Amazon.com opens online wine marketplace, partners with wineries [Google+ Hangout]
As if shopping on Amazon.com needed to get any more dangerous: The online retailer will now start selling wine in a dedicated section on its site, just in time for the holidays.
Visitors to Amazon Wine will have access to more than 1,000 wines from wineries nationwide. Bottle prices range from less than $10 to more than $100, plus shipping costs of $9.99 for up to six bottles.
Amazon will serve as a sort of middle man and discovery center, partnering with wineries that provide the wine and use the online marketplace to raise awareness for their brands and make sales.
The wineries will provide tasting notes, recommended food pairings, alcohol content data and other information to be posted on the site. Customers can fine-tune their wine searches by filtering results for winery location, professional ratings and more.
“It is rare to have detailed information and opinions located all in one place,” Tom Hedges of Hedges Family Estate in Washington said in a statement. “What Amazon has done with their new wine store is take the experience of hundreds of tasting rooms and put them online.”
For now, wines will be shipped only to a dozen states, including California, as well as to Washington, D.C. Each winery operates under an distinct set of permits, which determines the states to which it can ship.
And underage drinkers can forget about using the service for an illegal binge. Amazon Wine requires both buyer and recipient to be over age 21 and will deliver only to adults, not to P.O. boxes or Amazon Lockers.
Wine has been available online for years through purveyors such as Wine.com, Winex.com and more.

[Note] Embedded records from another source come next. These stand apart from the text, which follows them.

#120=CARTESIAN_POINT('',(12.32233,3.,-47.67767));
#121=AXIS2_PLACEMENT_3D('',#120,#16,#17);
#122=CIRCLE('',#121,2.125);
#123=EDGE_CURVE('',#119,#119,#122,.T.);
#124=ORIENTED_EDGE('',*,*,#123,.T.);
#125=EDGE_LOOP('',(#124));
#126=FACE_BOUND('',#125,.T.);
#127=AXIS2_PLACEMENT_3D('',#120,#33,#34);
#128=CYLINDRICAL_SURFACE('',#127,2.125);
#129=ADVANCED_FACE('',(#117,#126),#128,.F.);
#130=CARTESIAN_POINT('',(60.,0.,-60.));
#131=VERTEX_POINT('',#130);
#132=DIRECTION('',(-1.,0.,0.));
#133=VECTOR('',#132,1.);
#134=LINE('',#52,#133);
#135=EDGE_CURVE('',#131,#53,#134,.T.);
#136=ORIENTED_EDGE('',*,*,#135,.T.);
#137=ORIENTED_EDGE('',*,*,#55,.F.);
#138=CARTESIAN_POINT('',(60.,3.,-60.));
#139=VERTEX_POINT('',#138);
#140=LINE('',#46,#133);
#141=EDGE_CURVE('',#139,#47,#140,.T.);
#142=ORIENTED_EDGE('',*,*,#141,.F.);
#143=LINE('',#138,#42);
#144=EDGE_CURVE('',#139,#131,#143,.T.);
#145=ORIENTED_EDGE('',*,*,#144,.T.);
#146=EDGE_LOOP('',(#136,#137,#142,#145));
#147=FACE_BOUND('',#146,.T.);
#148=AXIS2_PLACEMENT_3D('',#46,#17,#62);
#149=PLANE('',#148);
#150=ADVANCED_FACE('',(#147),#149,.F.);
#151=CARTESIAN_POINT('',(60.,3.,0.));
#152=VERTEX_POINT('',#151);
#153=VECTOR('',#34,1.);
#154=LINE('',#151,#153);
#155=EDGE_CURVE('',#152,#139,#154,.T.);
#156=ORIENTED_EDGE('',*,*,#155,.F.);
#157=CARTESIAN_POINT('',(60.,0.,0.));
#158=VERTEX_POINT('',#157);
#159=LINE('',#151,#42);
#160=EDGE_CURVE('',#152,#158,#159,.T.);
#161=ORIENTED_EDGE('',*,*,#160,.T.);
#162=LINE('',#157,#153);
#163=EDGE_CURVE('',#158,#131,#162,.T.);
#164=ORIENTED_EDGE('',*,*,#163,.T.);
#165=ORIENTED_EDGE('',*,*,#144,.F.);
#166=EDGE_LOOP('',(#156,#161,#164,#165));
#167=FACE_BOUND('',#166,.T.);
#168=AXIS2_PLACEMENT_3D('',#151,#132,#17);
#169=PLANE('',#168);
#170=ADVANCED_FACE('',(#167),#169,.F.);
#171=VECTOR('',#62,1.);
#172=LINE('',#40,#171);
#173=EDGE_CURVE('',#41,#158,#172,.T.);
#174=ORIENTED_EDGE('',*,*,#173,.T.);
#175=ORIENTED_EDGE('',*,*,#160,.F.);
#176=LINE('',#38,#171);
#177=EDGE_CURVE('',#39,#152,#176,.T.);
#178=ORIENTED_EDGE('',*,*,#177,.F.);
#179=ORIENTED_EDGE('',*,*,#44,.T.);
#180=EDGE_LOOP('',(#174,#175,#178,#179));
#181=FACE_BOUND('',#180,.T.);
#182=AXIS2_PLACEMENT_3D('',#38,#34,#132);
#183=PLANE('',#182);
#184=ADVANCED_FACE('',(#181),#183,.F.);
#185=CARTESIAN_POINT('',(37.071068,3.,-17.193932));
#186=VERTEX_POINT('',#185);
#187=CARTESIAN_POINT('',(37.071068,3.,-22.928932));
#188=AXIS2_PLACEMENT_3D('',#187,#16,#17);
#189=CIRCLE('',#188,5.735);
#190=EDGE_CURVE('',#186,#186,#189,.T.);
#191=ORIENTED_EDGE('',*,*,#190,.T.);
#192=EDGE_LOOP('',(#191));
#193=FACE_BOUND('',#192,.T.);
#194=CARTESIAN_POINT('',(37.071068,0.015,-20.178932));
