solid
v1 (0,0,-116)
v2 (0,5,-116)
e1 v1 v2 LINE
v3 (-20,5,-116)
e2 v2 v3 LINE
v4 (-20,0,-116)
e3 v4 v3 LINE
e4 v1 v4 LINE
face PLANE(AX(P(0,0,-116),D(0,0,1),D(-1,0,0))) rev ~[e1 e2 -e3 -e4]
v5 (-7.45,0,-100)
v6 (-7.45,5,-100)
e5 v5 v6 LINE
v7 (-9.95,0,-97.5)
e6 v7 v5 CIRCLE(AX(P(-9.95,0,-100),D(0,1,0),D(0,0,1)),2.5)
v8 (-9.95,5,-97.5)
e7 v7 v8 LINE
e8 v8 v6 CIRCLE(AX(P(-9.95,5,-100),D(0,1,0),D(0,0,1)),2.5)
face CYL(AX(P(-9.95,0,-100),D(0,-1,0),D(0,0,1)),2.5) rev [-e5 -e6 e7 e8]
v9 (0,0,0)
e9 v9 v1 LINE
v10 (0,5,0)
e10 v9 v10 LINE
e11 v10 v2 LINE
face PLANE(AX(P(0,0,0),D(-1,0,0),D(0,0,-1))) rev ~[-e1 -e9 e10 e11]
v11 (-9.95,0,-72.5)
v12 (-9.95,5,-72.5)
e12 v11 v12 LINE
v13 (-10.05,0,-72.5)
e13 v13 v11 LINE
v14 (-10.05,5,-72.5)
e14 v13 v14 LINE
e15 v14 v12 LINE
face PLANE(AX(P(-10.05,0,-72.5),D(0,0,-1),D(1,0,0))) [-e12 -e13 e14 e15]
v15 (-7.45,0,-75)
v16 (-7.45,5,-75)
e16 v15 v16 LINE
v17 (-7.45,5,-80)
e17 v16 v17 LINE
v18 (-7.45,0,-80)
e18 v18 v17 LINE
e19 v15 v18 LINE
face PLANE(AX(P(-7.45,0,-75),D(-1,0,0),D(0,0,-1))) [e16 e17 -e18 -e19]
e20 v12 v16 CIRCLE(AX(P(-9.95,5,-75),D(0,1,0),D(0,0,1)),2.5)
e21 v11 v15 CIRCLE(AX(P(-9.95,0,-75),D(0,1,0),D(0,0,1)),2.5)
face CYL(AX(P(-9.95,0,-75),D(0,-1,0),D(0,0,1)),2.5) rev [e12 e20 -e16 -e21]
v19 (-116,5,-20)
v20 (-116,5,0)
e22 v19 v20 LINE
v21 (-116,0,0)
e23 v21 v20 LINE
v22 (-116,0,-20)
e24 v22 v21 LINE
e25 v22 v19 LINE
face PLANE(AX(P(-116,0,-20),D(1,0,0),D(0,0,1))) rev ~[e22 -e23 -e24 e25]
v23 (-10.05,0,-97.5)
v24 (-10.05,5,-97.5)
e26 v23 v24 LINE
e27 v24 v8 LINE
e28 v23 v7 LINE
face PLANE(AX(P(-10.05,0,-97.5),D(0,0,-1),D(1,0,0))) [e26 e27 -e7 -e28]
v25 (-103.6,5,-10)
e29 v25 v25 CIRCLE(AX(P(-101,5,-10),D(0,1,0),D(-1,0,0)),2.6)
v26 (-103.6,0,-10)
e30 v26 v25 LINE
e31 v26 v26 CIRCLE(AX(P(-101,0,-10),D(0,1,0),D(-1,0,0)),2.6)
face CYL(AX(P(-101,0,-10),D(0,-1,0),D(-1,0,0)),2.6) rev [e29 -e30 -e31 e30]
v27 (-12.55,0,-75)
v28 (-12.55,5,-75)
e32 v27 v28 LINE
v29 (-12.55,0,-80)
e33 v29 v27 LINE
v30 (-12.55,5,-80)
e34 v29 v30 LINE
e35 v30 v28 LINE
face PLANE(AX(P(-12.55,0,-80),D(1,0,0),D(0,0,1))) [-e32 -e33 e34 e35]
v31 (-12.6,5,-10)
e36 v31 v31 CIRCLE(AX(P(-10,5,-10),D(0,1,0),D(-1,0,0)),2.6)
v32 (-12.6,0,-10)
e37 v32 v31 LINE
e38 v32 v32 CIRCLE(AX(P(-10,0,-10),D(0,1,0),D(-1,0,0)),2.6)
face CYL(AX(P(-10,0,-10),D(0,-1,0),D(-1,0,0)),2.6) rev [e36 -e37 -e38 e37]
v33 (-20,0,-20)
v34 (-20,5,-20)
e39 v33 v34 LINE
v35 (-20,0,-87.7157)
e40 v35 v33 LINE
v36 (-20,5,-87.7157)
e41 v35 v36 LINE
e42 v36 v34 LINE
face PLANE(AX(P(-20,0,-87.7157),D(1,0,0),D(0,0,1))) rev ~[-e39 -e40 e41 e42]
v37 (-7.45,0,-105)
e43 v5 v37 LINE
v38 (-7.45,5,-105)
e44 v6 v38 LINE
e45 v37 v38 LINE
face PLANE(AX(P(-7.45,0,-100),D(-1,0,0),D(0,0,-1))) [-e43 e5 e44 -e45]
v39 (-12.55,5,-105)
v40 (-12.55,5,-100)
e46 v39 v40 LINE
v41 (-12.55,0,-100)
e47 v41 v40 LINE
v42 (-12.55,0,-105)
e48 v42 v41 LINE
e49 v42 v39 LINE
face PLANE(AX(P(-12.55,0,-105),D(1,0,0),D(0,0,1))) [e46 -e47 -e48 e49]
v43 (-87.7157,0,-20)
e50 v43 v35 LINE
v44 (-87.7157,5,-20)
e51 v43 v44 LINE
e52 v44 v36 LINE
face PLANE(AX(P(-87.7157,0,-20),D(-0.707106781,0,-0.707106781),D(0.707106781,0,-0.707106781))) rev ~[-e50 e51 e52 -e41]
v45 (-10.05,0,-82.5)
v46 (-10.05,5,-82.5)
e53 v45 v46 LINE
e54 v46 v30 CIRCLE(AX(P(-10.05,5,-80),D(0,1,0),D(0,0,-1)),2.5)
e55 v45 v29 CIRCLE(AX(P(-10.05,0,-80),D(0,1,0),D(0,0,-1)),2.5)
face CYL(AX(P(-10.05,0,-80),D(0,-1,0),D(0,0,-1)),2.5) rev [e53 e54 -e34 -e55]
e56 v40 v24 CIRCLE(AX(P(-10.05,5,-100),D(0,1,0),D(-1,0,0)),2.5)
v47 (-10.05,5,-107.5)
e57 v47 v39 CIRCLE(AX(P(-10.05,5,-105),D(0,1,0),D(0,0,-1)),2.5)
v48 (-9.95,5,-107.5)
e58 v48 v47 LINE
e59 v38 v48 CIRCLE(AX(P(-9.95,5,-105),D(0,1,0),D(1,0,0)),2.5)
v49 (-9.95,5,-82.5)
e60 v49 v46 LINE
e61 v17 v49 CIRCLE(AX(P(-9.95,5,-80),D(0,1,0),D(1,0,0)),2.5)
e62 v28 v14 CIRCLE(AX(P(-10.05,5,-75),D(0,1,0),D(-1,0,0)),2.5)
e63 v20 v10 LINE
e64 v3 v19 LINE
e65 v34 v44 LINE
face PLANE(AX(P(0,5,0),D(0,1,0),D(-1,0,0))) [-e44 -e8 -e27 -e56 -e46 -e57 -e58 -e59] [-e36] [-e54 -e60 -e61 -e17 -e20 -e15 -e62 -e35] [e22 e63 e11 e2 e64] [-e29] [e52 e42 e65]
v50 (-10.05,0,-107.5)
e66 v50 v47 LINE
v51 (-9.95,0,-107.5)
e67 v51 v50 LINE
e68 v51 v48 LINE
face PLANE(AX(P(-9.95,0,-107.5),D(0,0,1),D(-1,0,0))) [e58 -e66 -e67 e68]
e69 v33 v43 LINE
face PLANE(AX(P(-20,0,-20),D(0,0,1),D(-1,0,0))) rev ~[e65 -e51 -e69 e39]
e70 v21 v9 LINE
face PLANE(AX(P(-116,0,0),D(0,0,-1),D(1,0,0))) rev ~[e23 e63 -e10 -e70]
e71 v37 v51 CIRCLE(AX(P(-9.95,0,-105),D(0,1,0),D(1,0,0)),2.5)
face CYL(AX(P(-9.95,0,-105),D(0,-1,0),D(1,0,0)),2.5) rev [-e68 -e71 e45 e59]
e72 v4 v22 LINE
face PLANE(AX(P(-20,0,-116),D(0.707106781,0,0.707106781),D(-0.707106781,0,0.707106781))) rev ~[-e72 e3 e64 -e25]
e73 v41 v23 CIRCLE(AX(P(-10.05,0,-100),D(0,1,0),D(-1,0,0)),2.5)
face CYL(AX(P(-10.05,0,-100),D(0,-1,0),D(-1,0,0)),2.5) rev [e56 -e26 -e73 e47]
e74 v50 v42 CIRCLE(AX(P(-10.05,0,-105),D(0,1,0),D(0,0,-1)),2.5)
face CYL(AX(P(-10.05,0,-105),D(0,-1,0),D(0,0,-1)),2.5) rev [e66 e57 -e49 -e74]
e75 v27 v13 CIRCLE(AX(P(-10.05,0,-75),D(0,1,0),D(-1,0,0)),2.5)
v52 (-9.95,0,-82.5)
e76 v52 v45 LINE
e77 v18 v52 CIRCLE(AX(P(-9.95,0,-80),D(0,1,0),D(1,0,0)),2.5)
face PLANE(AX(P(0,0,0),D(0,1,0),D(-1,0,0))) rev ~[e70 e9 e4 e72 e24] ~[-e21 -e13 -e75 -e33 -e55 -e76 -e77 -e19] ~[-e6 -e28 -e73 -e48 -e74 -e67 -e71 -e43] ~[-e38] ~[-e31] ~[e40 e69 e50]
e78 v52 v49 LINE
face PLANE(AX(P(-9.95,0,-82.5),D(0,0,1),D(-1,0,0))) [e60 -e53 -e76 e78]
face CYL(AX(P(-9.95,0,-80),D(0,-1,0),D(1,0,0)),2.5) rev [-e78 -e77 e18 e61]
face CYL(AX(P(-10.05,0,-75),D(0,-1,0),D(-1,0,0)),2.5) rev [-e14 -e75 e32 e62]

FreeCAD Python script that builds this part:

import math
import FreeCAD as App
import Part
import Sketcher
Q = App.Units.Quantity


def add_polygon(sketch, points):
    """Adds a closed chain of lines whose ends are joined by coincident constraints."""
    first, n = sketch.GeometryCount, len(points)
    for a, b in zip(points, points[1:] + points[:1]):
        sketch.addGeometry(Part.LineSegment(App.Vector(*a, 0), App.Vector(*b, 0)), False)
    for i in range(n):
        sketch.addConstraint(Sketcher.Constraint("Coincident", first + i, 2, first + (i + 1) % n, 1))

doc = App.newDocument("Part")
params = doc.addObject("Spreadsheet::Sheet", "Params")
for row, (alias, value) in enumerate([
    ("sketch1_diameter", "5.2 mm"),
    ("sketch1_radius", "2.5 mm"),
    ("sketch1_width", "116 mm"),
    ("sketch1_width2", "20 mm"),
    ("pad1_length", "5 mm"),
], start=1):
    params.set(f"A{row}", alias)
    params.set(f"B{row}", "=" + value)
    params.setAlias(f"B{row}", alias)

body = doc.addObject("PartDesign::Body", "Body")

sketch1 = body.newObject("Sketcher::SketchObject", "Sketch")
sketch1.AttachmentSupport = (doc.getObject("XZ_Plane"), [""])
sketch1.MapMode = "FlatFace"
add_polygon(sketch1, [(-116, 0), (0, 0), (0, -116), (-20, -116), (-116, -20)])
sketch1.addGeometry(Part.LineSegment(App.Vector(-9.95, -97.5, 0), App.Vector(-10.05, -97.5, 0)), False)
sketch1.addGeometry(Part.ArcOfCircle(Part.Circle(App.Vector(-10.05, -100, 0), App.Vector(0, 0, 1), 2.5), math.radians(90), math.radians(180)), False)
sketch1.addGeometry(Part.LineSegment(App.Vector(-12.55, -100, 0), App.Vector(-12.55, -105, 0)), False)
sketch1.addGeometry(Part.ArcOfCircle(Part.Circle(App.Vector(-10.05, -105, 0), App.Vector(0, 0, 1), 2.5), math.radians(180), math.radians(270)), False)
sketch1.addGeometry(Part.LineSegment(App.Vector(-10.05, -107.5, 0), App.Vector(-9.95, -107.5, 0)), False)
sketch1.addGeometry(Part.ArcOfCircle(Part.Circle(App.Vector(-9.95, -105, 0), App.Vector(0, 0, 1), 2.5), math.radians(-90), math.radians(0)), False)
sketch1.addGeometry(Part.LineSegment(App.Vector(-7.45, -105, 0), App.Vector(-7.45, -100, 0)), False)
sketch1.addGeometry(Part.ArcOfCircle(Part.Circle(App.Vector(-9.95, -100, 0), App.Vector(0, 0, 1), 2.5), math.radians(0), math.radians(90)), False)
sketch1.addGeometry(Part.LineSegment(App.Vector(-9.95, -72.5, 0), App.Vector(-10.05, -72.5, 0)), False)
sketch1.addGeometry(Part.ArcOfCircle(Part.Circle(App.Vector(-10.05, -75, 0), App.Vector(0, 0, 1), 2.5), math.radians(90), math.radians(180)), False)
sketch1.addGeometry(Part.LineSegment(App.Vector(-12.55, -75, 0), App.Vector(-12.55, -80, 0)), False)
sketch1.addGeometry(Part.ArcOfCircle(Part.Circle(App.Vector(-10.05, -80, 0), App.Vector(0, 0, 1), 2.5), math.radians(180), math.radians(270)), False)
sketch1.addGeometry(Part.LineSegment(App.Vector(-10.05, -82.5, 0), App.Vector(-9.95, -82.5, 0)), False)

This week, as if preparing to compete with Amazon Wine, Wine.com announced the similar Wine.com Marketplace after a soft launch earlier this year.
The wine retailer, currently the largest of its kind online with more than 2.5 million shipments a year, will handle all marketing, customer service, sales and delivery for participating wines.
Most of the wines come from wineries with limited distribution ability who through Wine.com Marketplace will now have access to consumers in 20 states. Wine.com has traditionally bought its stock from wholesalers.